_AIM OF THE TASK_
Transcribe the lines from the start of the data below through the line with "e11 v4 v3 LINE", word for word and nothing more.
==========
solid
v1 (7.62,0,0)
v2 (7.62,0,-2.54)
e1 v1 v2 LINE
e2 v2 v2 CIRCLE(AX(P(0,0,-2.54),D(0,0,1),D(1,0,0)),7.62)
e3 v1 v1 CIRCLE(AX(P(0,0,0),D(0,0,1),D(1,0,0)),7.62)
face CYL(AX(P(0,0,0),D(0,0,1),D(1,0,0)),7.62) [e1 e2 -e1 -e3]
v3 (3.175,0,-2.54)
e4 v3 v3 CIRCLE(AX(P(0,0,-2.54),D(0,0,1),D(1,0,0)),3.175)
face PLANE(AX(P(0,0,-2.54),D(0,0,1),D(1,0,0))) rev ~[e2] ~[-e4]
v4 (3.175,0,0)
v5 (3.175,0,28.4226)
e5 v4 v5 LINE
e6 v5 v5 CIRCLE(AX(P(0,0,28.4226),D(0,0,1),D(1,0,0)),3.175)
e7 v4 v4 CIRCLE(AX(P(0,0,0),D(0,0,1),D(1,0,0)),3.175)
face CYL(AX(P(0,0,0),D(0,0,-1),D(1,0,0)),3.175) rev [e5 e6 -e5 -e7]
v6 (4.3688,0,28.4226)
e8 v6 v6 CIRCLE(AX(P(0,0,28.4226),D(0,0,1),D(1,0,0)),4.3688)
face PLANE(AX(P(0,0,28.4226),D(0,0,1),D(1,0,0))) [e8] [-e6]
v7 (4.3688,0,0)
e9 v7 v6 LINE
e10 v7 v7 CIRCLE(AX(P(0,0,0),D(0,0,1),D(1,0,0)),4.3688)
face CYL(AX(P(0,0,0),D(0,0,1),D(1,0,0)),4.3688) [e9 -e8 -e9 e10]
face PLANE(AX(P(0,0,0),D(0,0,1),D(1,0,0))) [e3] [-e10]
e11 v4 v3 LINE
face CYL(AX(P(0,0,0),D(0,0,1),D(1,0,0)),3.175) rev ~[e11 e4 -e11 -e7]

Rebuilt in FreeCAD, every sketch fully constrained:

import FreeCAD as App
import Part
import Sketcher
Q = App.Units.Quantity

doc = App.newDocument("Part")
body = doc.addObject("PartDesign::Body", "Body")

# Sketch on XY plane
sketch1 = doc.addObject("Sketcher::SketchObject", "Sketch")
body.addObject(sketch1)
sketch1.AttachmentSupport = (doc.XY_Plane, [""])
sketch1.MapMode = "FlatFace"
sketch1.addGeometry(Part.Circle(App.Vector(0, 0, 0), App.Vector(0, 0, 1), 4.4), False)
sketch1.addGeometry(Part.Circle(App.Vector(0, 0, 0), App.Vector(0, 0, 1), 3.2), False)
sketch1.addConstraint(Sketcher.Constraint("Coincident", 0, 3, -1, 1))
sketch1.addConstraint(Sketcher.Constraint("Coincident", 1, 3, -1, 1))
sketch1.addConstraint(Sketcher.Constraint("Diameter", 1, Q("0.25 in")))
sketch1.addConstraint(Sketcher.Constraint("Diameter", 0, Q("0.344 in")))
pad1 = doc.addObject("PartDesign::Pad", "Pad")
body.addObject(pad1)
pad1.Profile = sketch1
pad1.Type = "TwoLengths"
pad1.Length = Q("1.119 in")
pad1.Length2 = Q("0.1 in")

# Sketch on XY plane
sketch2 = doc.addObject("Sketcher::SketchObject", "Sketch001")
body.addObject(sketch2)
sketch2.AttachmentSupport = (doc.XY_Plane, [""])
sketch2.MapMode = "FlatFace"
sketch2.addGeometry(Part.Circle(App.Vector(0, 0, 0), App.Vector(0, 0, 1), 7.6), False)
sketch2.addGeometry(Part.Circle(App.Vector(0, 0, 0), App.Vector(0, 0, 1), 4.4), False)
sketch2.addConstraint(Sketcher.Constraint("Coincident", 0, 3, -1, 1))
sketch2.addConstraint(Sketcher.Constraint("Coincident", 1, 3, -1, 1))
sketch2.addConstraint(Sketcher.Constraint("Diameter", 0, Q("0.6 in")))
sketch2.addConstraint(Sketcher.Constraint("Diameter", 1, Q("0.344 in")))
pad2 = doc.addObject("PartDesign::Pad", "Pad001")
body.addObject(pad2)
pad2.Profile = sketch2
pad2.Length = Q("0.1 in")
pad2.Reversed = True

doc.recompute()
==========
_ANSWER AREA_
solid
v1 (7.62,0,0)
v2 (7.62,0,-2.54)
e1 v1 v2 LINE
e2 v2 v2 CIRCLE(AX(P(0,0,-2.54),D(0,0,1),D(1,0,0)),7.62)
e3 v1 v1 CIRCLE(AX(P(0,0,0),D(0,0,1),D(1,0,0)),7.62)
face CYL(AX(P(0,0,0),D(0,0,1),D(1,0,0)),7.62) [e1 e2 -e1 -e3]
v3 (3.175,0,-2.54)
e4 v3 v3 CIRCLE(AX(P(0,0,-2.54),D(0,0,1),D(1,0,0)),3.175)
face PLANE(AX(P(0,0,-2.54),D(0,0,1),D(1,0,0))) rev ~[e2] ~[-e4]
v4 (3.175,0,0)
v5 (3.175,0,28.4226)
e5 v4 v5 LINE
e6 v5 v5 CIRCLE(AX(P(0,0,28.4226),D(0,0,1),D(1,0,0)),3.175)
e7 v4 v4 CIRCLE(AX(P(0,0,0),D(0,0,1),D(1,0,0)),3.175)
face CYL(AX(P(0,0,0),D(0,0,-1),D(1,0,0)),3.175) rev [e5 e6 -e5 -e7]
v6 (4.3688,0,28.4226)
e8 v6 v6 CIRCLE(AX(P(0,0,28.4226),D(0,0,1),D(1,0,0)),4.3688)
face PLANE(AX(P(0,0,28.4226),D(0,0,1),D(1,0,0))) [e8] [-e6]
v7 (4.3688,0,0)
e9 v7 v6 LINE
e10 v7 v7 CIRCLE(AX(P(0,0,0),D(0,0,1),D(1,0,0)),4.3688)
face CYL(AX(P(0,0,0),D(0,0,1),D(1,0,0)),4.3688) [e9 -e8 -e9 e10]
face PLANE(AX(P(0,0,0),D(0,0,1),D(1,0,0))) [e3] [-e10]
e11 v4 v3 LINE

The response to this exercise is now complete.